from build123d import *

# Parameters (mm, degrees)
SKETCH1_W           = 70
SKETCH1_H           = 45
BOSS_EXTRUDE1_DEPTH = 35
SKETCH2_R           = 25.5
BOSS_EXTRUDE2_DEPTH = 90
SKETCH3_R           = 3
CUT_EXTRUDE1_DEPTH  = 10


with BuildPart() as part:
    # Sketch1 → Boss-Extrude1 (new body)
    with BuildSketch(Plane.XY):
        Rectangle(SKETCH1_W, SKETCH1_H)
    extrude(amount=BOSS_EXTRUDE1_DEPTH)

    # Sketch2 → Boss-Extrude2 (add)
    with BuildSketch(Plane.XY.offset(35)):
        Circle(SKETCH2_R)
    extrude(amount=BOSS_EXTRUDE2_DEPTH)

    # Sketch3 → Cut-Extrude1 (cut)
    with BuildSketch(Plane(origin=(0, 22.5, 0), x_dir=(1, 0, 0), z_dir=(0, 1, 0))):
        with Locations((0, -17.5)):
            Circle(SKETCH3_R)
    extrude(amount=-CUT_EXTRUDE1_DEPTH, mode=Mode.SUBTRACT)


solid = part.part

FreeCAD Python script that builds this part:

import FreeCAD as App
import Part
import Sketcher
from FreeCAD import Vector

doc = App.newDocument("Part")
body = doc.addObject("PartDesign::Body", "Body")

# Sketch on XY plane
sketch1 = body.newObject("Sketcher::SketchObject", "Sketch")
sketch1.AttachmentSupport = (doc.getObject("XY_Plane"), [""])
sketch1.MapMode = "FlatFace"
sketch1.addGeometry([
    Part.LineSegment(Vector(-35, 22, 0), Vector(-35, -22, 0)),
    Part.LineSegment(Vector(-35, -22, 0), Vector(35, -22, 0)),
    Part.LineSegment(Vector(35, -22, 0), Vector(35, 22, 0)),
    Part.LineSegment(Vector(35, 22, 0), Vector(-35, 22, 0)),
], False)
sketch1.addConstraint([
    Sketcher.Constraint("Coincident", 0, 2, 1, 1),
    Sketcher.Constraint("Coincident", 1, 2, 2, 1),
    Sketcher.Constraint("Coincident", 2, 2, 3, 1),
    Sketcher.Constraint("Coincident", 3, 2, 0, 1),
    Sketcher.Constraint("Vertical", 0),
    Sketcher.Constraint("Horizontal", 1),
    Sketcher.Constraint("Vertical", 2),
    Sketcher.Constraint("Horizontal", 3),
    Sketcher.Constraint("Symmetric", 0, 2, 2, 2, -1, 1),
    Sketcher.Constraint("DistanceX", 1, 1, 1, 2, 70.0),
    Sketcher.Constraint("DistanceY", 0, 2, 0, 1, 45.0),
])
pad1 = body.newObject("PartDesign::Pad", "Pad")
pad1.Profile = sketch1
pad1.Length = 35

# Sketch on XY plane
sketch2 = body.newObject("Sketcher::SketchObject", "Sketch001")
sketch2.AttachmentSupport = (doc.getObject("XY_Plane"), [""])
sketch2.MapMode = "FlatFace"
sketch2.AttachmentOffset = App.Placement(Vector(0, 0, 35), App.Rotation())
sketch2.addGeometry(Part.Circle(Vector(0, 0, 0), Vector(0, 0, 1), 26), False)
sketch2.addConstraint([
    Sketcher.Constraint("Coincident", 0, 3, -1, 1),
    Sketcher.Constraint("Diameter", 0, 51.0),
])
pad2 = body.newObject("PartDesign::Pad", "Pad001")
pad2.Profile = sketch2
pad2.Length = 90

# Sketch on XZ plane
sketch3 = body.newObject("Sketcher::SketchObject", "Sketch002")
sketch3.AttachmentSupport = (doc.getObject("XZ_Plane"), [""])
sketch3.MapMode = "FlatFace"
sketch3.AttachmentOffset = App.Placement(Vector(0, 0, -22.5), App.Rotation())
sketch3.addGeometry(Part.Circle(Vector(0, 17.5, 0), Vector(0, 0, 1), 3), False)
sketch3.addConstraint([
    Sketcher.Constraint("PointOnObject", 0, 3, -2),
    Sketcher.Constraint("Diameter", 0, 6.0),
    Sketcher.Constraint("DistanceY", -1, 1, 0, 3, 17.5),
])
pocket1 = body.newObject("PartDesign::Pocket", "Pocket")
pocket1.Profile = sketch3
pocket1.Length = 10
pocket1.Reversed = True

doc.recompute()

_Task_:
Given the records above, return exactly the lines starting at the line containing "extrude(amount=-CUT_EXTRUDE1_DEPTH, mode=Mode.SUBTRACT)" and ending at the line containing "FreeCAD Python script", including both.

_Response for this exercise_:
    extrude(amount=-CUT_EXTRUDE1_DEPTH, mode=Mode.SUBTRACT)


solid = part.part

FreeCAD Python script that builds this part:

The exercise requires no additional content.